What this task involves -
Only the lines below from the one containing "#89=EDGE_CURVE('',#84,#42,#88,.T.);" to the one containing "#95=DIRECTION('',(-0.371153744,0.,-0.928571429));" should be repeated, both included and unchanged.

*** Material for the task

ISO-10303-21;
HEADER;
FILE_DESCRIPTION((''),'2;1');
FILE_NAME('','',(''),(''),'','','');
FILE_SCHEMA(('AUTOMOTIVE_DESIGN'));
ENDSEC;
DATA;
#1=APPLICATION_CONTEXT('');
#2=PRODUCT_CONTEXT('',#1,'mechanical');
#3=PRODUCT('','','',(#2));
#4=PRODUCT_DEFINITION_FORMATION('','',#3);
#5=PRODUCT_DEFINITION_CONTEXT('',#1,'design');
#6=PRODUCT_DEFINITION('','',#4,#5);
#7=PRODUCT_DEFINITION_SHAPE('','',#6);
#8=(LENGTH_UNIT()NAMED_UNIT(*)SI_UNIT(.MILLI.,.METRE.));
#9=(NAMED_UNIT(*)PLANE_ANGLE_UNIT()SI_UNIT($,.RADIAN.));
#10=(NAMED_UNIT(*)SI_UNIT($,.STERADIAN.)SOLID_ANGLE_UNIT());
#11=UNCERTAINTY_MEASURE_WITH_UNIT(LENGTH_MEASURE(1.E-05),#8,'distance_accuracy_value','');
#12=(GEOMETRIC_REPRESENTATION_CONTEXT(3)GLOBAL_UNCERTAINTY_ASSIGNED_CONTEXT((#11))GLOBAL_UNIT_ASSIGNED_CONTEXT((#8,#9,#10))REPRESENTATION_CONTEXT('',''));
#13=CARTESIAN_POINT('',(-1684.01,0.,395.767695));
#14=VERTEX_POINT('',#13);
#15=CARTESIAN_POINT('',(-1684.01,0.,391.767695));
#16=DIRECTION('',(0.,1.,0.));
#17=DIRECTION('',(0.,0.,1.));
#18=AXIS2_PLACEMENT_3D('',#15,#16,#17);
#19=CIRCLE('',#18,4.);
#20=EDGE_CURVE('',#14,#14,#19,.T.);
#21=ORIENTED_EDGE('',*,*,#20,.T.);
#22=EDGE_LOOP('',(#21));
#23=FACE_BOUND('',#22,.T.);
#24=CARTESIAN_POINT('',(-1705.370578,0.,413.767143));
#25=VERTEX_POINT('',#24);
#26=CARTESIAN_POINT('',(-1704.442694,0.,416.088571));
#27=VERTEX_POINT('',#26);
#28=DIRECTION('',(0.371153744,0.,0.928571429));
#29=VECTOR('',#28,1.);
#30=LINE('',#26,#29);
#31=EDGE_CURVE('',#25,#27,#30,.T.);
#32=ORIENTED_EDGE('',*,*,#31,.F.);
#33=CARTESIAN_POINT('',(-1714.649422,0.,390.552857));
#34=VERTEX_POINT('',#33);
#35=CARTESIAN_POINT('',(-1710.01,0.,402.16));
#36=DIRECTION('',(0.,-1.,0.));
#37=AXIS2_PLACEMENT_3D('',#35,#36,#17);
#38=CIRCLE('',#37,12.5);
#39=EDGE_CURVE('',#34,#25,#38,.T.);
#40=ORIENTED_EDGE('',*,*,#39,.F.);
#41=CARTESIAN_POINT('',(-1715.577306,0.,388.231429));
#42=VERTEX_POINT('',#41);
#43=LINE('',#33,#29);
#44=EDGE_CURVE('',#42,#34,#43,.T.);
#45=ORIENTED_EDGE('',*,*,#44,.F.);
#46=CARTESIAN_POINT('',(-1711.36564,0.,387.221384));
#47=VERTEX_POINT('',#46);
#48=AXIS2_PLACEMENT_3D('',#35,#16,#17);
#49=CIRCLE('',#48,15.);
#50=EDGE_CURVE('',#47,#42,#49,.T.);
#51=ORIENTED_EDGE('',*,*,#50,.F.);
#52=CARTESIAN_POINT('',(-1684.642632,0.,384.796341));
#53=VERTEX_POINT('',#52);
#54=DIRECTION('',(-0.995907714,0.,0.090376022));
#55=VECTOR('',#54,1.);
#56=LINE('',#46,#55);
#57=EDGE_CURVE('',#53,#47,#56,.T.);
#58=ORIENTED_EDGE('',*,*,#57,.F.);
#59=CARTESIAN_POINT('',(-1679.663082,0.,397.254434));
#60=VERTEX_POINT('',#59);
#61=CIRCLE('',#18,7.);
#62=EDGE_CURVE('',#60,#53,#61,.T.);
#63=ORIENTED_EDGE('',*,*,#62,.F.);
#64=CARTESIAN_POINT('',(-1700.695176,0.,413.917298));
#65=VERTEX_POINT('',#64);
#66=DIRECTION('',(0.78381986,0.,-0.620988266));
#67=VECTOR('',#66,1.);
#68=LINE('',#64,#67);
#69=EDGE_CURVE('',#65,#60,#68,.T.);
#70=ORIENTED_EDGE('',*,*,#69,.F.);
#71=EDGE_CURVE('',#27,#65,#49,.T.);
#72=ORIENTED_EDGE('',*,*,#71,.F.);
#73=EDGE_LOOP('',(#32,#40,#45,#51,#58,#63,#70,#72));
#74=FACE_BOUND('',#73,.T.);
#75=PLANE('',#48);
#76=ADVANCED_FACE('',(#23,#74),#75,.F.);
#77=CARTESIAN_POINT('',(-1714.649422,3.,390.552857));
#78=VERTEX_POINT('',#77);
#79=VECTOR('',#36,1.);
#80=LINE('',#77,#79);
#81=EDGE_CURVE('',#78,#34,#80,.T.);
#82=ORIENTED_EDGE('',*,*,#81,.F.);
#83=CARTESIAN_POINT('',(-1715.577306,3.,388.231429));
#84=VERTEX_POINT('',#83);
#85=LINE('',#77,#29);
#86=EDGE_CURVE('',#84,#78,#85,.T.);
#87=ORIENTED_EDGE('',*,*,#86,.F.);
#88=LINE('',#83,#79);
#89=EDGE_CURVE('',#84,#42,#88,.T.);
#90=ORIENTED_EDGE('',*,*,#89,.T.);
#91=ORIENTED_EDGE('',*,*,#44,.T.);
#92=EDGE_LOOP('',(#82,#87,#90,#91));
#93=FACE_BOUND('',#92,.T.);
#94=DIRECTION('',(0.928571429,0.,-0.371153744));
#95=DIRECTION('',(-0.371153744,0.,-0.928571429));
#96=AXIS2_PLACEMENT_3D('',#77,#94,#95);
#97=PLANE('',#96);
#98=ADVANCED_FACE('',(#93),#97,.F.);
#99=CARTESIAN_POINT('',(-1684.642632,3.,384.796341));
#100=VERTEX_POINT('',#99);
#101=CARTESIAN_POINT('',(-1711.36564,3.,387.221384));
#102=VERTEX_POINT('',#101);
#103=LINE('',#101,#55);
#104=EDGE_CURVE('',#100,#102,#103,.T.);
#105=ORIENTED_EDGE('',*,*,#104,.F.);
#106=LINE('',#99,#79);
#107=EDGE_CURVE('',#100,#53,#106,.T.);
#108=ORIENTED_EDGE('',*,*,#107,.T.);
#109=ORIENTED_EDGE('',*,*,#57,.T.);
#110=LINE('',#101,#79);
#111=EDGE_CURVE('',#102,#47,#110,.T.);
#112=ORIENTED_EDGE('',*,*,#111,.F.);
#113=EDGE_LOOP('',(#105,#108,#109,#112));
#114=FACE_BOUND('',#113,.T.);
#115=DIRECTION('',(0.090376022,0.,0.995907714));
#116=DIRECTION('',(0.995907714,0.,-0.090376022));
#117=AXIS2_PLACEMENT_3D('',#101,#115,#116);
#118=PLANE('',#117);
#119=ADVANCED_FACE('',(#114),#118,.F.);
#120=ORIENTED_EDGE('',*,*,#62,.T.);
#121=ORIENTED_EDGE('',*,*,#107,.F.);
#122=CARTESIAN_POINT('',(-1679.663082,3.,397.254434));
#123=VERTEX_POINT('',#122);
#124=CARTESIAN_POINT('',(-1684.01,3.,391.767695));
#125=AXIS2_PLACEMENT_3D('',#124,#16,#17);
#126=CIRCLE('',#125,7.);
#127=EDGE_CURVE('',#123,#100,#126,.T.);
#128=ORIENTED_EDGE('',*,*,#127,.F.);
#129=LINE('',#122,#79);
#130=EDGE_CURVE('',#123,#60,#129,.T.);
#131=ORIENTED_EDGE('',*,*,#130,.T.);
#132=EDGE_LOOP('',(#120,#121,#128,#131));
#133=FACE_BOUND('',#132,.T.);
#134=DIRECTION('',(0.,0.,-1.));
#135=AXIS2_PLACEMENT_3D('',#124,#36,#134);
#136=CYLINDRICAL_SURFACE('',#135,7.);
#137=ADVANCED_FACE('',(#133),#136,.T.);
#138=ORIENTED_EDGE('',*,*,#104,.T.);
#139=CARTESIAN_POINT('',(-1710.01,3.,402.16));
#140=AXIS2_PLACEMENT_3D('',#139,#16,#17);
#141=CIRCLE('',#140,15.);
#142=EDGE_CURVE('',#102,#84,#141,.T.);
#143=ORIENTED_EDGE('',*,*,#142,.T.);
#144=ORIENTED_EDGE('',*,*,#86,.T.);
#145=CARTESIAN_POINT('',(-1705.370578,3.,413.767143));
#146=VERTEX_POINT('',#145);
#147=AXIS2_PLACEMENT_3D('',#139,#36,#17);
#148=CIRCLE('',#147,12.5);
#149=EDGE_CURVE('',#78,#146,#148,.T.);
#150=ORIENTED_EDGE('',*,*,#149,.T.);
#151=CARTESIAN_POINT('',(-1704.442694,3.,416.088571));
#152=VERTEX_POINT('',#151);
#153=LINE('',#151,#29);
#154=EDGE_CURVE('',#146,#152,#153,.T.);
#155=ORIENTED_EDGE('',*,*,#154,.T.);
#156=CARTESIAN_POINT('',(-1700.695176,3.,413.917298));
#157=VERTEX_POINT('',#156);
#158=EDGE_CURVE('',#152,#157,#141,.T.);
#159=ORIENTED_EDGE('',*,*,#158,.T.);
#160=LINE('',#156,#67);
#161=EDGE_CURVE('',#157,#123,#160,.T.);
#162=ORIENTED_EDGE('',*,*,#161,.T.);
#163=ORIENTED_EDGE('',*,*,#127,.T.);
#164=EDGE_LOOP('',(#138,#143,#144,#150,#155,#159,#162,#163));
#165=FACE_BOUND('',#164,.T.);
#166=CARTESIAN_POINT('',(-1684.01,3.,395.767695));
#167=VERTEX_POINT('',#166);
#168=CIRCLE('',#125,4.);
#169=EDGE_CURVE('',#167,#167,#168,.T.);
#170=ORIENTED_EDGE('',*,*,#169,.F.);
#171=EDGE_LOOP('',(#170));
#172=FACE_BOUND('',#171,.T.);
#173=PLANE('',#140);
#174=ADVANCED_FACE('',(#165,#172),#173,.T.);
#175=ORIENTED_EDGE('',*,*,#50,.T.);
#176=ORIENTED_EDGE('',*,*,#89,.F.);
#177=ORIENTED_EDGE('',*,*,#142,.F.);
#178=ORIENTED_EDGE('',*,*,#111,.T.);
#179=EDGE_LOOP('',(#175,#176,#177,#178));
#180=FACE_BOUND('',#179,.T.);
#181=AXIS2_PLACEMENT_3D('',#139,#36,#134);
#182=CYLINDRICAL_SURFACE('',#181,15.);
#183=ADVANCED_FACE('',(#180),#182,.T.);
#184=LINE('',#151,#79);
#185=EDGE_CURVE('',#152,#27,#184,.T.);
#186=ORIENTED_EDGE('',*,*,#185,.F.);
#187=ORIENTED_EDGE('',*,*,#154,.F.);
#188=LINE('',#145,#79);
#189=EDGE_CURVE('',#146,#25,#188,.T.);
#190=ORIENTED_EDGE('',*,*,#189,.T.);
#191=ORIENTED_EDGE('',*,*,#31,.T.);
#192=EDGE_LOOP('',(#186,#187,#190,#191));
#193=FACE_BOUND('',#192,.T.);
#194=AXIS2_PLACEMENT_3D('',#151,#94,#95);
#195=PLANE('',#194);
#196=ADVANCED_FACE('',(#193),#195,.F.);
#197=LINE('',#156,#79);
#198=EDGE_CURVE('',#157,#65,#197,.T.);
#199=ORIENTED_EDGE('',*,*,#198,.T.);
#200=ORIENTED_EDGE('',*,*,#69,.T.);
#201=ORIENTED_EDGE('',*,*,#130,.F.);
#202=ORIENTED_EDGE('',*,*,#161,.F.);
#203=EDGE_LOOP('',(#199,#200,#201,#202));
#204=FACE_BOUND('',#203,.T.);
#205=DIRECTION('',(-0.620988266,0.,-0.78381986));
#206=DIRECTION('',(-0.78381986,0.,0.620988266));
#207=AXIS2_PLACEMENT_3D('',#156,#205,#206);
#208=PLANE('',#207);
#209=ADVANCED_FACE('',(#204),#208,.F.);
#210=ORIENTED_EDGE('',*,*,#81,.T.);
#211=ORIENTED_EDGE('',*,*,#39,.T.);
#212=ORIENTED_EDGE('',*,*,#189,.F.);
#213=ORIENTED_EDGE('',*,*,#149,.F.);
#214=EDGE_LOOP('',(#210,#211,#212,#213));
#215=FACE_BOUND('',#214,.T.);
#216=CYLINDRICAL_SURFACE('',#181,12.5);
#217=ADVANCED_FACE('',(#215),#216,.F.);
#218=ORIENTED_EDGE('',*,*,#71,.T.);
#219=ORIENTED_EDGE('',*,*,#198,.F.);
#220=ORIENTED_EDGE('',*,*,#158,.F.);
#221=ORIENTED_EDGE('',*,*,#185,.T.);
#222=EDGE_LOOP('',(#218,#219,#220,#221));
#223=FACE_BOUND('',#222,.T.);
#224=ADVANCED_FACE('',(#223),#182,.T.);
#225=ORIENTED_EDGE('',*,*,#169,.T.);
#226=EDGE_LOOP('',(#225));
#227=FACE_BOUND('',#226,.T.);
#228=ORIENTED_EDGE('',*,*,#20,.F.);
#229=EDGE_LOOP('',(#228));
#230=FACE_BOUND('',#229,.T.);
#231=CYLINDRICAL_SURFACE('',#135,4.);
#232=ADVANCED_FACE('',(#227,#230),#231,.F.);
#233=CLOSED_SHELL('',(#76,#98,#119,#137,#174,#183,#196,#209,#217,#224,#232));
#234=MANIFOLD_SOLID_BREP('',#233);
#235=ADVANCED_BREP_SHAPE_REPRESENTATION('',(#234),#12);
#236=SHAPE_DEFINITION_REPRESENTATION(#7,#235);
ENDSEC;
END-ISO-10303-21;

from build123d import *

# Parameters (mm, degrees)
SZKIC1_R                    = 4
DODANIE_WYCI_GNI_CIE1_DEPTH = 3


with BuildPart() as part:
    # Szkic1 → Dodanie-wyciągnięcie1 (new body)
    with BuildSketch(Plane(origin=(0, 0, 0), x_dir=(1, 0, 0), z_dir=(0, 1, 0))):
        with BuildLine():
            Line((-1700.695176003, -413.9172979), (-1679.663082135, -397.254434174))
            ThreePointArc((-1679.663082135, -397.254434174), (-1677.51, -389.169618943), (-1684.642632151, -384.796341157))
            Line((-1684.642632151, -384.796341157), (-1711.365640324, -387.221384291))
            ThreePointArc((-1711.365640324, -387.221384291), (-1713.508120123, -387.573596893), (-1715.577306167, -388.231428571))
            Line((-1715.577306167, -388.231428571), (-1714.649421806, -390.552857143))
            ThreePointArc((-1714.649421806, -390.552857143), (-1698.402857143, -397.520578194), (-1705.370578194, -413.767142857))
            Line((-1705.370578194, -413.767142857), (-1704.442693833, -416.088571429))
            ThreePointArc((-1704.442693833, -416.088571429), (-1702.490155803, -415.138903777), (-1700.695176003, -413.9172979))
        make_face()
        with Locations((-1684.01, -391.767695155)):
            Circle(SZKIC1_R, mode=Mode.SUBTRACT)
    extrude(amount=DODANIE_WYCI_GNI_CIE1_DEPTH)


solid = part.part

******

Exercise solution -
#89=EDGE_CURVE('',#84,#42,#88,.T.);
#90=ORIENTED_EDGE('',*,*,#89,.T.);
#91=ORIENTED_EDGE('',*,*,#44,.T.);
#92=EDGE_LOOP('',(#82,#87,#90,#91));
#93=FACE_BOUND('',#92,.T.);
#94=DIRECTION('',(0.928571429,0.,-0.371153744));
#95=DIRECTION('',(-0.371153744,0.,-0.928571429));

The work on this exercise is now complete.